¡Sant Jordi 2011!

Cuenta la leyenda, que hace muchos, muchos años, un dragón tenía atemorizado a un pueblo, al cual atacaba sin piedad. Los habitantes del pueblo decidieron entregar dos corderos al dragón cada día para que fueran devorados por él y saciara su hambre, evitando así que atacara la villa en busca de otros alimentos. Un día, los corderos empezaron a escasear y no tuvieron más remedio que empezar a enviar personas al dragón. Se hacía un sorteo, y al desgraciado que resultaba elegido no le quedaba otra opción que acudir a su fatal encuentro con la bestia. Un día, en el sorteo, salió el nombre de la hija del Rey, y la desdichada princesa tuvo que encaminarse hacia la guarida del dragón. Mientras caminaba rumbo a su fatal destino, se encontró con San Jorge. Éste, al oír su historia y el terrible final que la aguardaba, se ofreció a rescatarla. Se enfrentó al dragón y lo mató, y de la sangre que fluyó del cuerpo sin vida del dragón nació una rosa.

De esta leyenda nació la tradición de regalar una rosa a la mujer amada, y como además resulta que el día de San Jorge, o Sant Jordi por estos lares, es también el Día del Libro (por aquello de que es el día en el que murieron Cervantes y Shakespeare), se instauró en Cataluña la bonita tradición de regalar una rosa a la mujer amada, y un libro al hombre amado.

Como yo digo siempre, las tradiciones no hay por qué cumplirlas a rajatabla, es decir, yo prefiero mil veces que me regalen un libro a que me regalen una rosa. A las mujeres también nos gusta leer, ¿y por qué no vamos a poder regalarle rosas a un hombre? En fin, que mi parte contratante lo sabe muy bien y nosotros nos regalamos mutuos libros por Sant Jordi, y nada de rosas.

Pero eso no quita que os regale una rosa a todos los que paséis por aquí a leer mi humilde blog:

Rosa negra sobre papel negro, qué le vamos a hacer, tengo debilidad por ellas...

Y por supuesto, no podía faltar una mini reseña de los libros que me han caído en este Sant Jordi:

El cuento del grial, de Chrétien de Troyes (Edición bilingüe de Martín de Riquer, por la editorial Acantilado). Ando estos días viciándome a la literatura medieval, y en especial a las Leyendas Artúricas, así que estoy encantada con esta edición de uno de los clásicos entre los clásicos sobre este tema que me ha regalado mi parte contratante. Se trata además, de una edición bilingüe, que incluye el cuento en verso original en francés, y su traducción en prosa al castellano. Mi francés es lo más básico del mundo, pero me pirran las ediciones bilingües y seguro que puedo comparar y aprender mucho con esto. Al fin y al cabo, no son idiomas tan dispares el uno del otro.
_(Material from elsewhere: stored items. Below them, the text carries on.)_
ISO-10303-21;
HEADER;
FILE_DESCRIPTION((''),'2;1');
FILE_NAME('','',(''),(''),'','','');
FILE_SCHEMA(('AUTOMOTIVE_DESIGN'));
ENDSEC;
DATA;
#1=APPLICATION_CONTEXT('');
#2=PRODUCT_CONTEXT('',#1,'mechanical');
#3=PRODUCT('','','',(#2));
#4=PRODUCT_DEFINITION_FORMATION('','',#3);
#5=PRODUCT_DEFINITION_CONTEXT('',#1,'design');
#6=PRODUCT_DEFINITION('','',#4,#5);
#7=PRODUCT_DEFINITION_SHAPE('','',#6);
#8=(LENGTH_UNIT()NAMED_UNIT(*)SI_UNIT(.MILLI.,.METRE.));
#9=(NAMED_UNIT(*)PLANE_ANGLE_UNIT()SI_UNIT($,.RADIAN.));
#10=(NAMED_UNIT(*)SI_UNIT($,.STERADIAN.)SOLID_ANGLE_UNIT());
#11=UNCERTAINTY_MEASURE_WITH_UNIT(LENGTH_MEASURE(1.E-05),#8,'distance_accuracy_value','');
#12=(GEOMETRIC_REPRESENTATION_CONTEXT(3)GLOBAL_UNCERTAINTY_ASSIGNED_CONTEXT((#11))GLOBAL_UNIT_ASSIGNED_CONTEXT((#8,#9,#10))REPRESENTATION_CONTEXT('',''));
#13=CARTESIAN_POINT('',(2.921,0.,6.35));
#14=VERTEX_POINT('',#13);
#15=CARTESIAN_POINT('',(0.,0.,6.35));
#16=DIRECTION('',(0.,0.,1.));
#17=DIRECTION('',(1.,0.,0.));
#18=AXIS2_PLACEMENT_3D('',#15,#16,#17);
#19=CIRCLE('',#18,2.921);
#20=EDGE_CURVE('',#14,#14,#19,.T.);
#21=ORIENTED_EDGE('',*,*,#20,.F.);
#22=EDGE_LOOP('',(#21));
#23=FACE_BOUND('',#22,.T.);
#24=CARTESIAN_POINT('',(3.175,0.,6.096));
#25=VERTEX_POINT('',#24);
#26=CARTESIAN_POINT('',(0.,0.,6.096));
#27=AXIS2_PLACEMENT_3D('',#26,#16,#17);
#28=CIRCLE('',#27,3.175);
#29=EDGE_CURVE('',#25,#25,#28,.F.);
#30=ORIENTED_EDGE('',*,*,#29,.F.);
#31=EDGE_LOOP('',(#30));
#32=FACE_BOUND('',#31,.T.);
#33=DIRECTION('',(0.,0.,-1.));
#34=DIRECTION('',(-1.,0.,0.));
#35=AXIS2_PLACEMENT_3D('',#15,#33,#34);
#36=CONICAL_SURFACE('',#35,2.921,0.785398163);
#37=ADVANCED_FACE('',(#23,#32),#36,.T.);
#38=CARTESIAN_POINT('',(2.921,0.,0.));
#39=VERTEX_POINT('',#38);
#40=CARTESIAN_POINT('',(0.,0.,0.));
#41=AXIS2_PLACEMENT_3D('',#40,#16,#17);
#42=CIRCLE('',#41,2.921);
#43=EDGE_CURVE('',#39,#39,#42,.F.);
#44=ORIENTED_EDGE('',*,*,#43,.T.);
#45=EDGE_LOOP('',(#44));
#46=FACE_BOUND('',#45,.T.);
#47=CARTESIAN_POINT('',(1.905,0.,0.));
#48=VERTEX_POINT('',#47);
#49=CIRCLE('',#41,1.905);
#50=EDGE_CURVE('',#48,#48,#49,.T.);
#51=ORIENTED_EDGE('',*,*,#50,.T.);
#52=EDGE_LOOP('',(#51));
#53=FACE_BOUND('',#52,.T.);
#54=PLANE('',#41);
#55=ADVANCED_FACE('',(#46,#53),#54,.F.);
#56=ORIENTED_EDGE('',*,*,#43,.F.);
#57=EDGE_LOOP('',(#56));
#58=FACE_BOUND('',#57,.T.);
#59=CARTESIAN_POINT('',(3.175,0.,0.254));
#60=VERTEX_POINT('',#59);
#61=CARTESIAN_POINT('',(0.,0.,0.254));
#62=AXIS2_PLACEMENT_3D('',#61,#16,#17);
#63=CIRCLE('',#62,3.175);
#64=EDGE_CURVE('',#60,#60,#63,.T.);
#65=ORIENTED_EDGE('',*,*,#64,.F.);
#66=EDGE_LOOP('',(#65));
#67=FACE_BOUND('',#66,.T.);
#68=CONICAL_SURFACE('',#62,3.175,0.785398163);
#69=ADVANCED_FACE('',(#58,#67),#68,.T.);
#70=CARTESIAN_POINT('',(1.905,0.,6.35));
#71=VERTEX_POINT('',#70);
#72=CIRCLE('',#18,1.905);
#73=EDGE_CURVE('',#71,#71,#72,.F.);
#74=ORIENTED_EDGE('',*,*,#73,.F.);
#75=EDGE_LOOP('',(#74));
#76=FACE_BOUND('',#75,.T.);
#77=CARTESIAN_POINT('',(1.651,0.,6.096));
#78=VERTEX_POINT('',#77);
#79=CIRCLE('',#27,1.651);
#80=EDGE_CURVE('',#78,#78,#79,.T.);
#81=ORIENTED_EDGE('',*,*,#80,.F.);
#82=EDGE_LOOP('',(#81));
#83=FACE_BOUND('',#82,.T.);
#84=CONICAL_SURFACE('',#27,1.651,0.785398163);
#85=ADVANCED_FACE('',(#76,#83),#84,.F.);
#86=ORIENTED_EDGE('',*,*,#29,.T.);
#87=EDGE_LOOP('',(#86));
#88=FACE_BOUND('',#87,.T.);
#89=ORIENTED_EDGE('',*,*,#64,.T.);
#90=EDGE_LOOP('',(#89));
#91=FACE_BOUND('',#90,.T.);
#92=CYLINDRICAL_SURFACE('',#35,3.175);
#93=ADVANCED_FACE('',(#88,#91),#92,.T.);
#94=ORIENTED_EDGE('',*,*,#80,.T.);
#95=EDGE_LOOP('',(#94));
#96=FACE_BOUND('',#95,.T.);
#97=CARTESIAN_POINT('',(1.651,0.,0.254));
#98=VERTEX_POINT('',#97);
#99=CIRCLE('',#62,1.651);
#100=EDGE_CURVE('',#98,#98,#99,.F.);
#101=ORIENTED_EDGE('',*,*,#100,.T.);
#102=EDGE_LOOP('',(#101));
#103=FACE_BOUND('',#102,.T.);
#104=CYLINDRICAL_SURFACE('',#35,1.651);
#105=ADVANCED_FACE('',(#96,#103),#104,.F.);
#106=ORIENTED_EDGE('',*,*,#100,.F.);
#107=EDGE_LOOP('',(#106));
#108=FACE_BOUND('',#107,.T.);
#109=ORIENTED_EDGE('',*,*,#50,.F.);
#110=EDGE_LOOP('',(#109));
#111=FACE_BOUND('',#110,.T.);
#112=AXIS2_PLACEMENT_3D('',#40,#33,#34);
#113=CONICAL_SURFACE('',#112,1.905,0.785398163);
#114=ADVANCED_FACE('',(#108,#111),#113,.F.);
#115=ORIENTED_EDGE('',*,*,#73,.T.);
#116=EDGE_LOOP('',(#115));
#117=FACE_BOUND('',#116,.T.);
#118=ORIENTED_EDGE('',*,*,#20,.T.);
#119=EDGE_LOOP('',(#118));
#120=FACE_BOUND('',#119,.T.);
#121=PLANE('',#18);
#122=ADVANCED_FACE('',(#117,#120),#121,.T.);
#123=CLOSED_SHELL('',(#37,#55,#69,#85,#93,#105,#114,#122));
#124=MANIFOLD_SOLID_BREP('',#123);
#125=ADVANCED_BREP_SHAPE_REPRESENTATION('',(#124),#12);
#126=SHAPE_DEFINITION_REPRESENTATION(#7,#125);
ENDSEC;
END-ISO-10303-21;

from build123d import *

# Parameters (mm, degrees)
SKETCH1_R           = 3.175
SKETCH1_R_2         = 1.651
BOSS_EXTRUDE1_DEPTH = 6.35
CHAMFER1_SIZE       = 0.254


with BuildPart() as part:
    # Sketch1 → Boss-Extrude1 (new body)
    with BuildSketch(Plane.XY):
        Circle(SKETCH1_R)
        Circle(SKETCH1_R_2, mode=Mode.SUBTRACT)
    extrude(amount=BOSS_EXTRUDE1_DEPTH)

    # Chamfer1
    chamfer1_edges = [part.edges().sort_by_distance(p)[0] for p in [
        (-3.175, 0, 0),
        (-3.175, 0, 6.35),
        (-1.651, 0, 0),
        (-1.651, 0, 6.35),
    ]]
    chamfer(chamfer1_edges, length=CHAMFER1_SIZE)


solid = part.part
La Bruja. Un estudio de las supersticiones en la Edad Media, de jules Michelet (por la Editorial Akal). El libro anterior ya me lo medio esperaba, así que mi parte contratante también me ha sorprendido con este otro, que no conocía, pero que tiene una pinta increíble. Es un análisis sobre la brujería y sus rituales en la Edad Media, a través de datos recogidos en actas judiciales, manuales de inquisidores y demás documentos de la época. Por lo poco que he podido ver, el autor, un importante historiador francés del siglo XIX, no se limita al mero análisis y exposición de datos, sino que cuenta las historias que componen el libro a modo de narración, y algunos pasajes que he curioseado al azar me han dado unas ganas tremendas de empezarlo. Pero todo a su tiempo…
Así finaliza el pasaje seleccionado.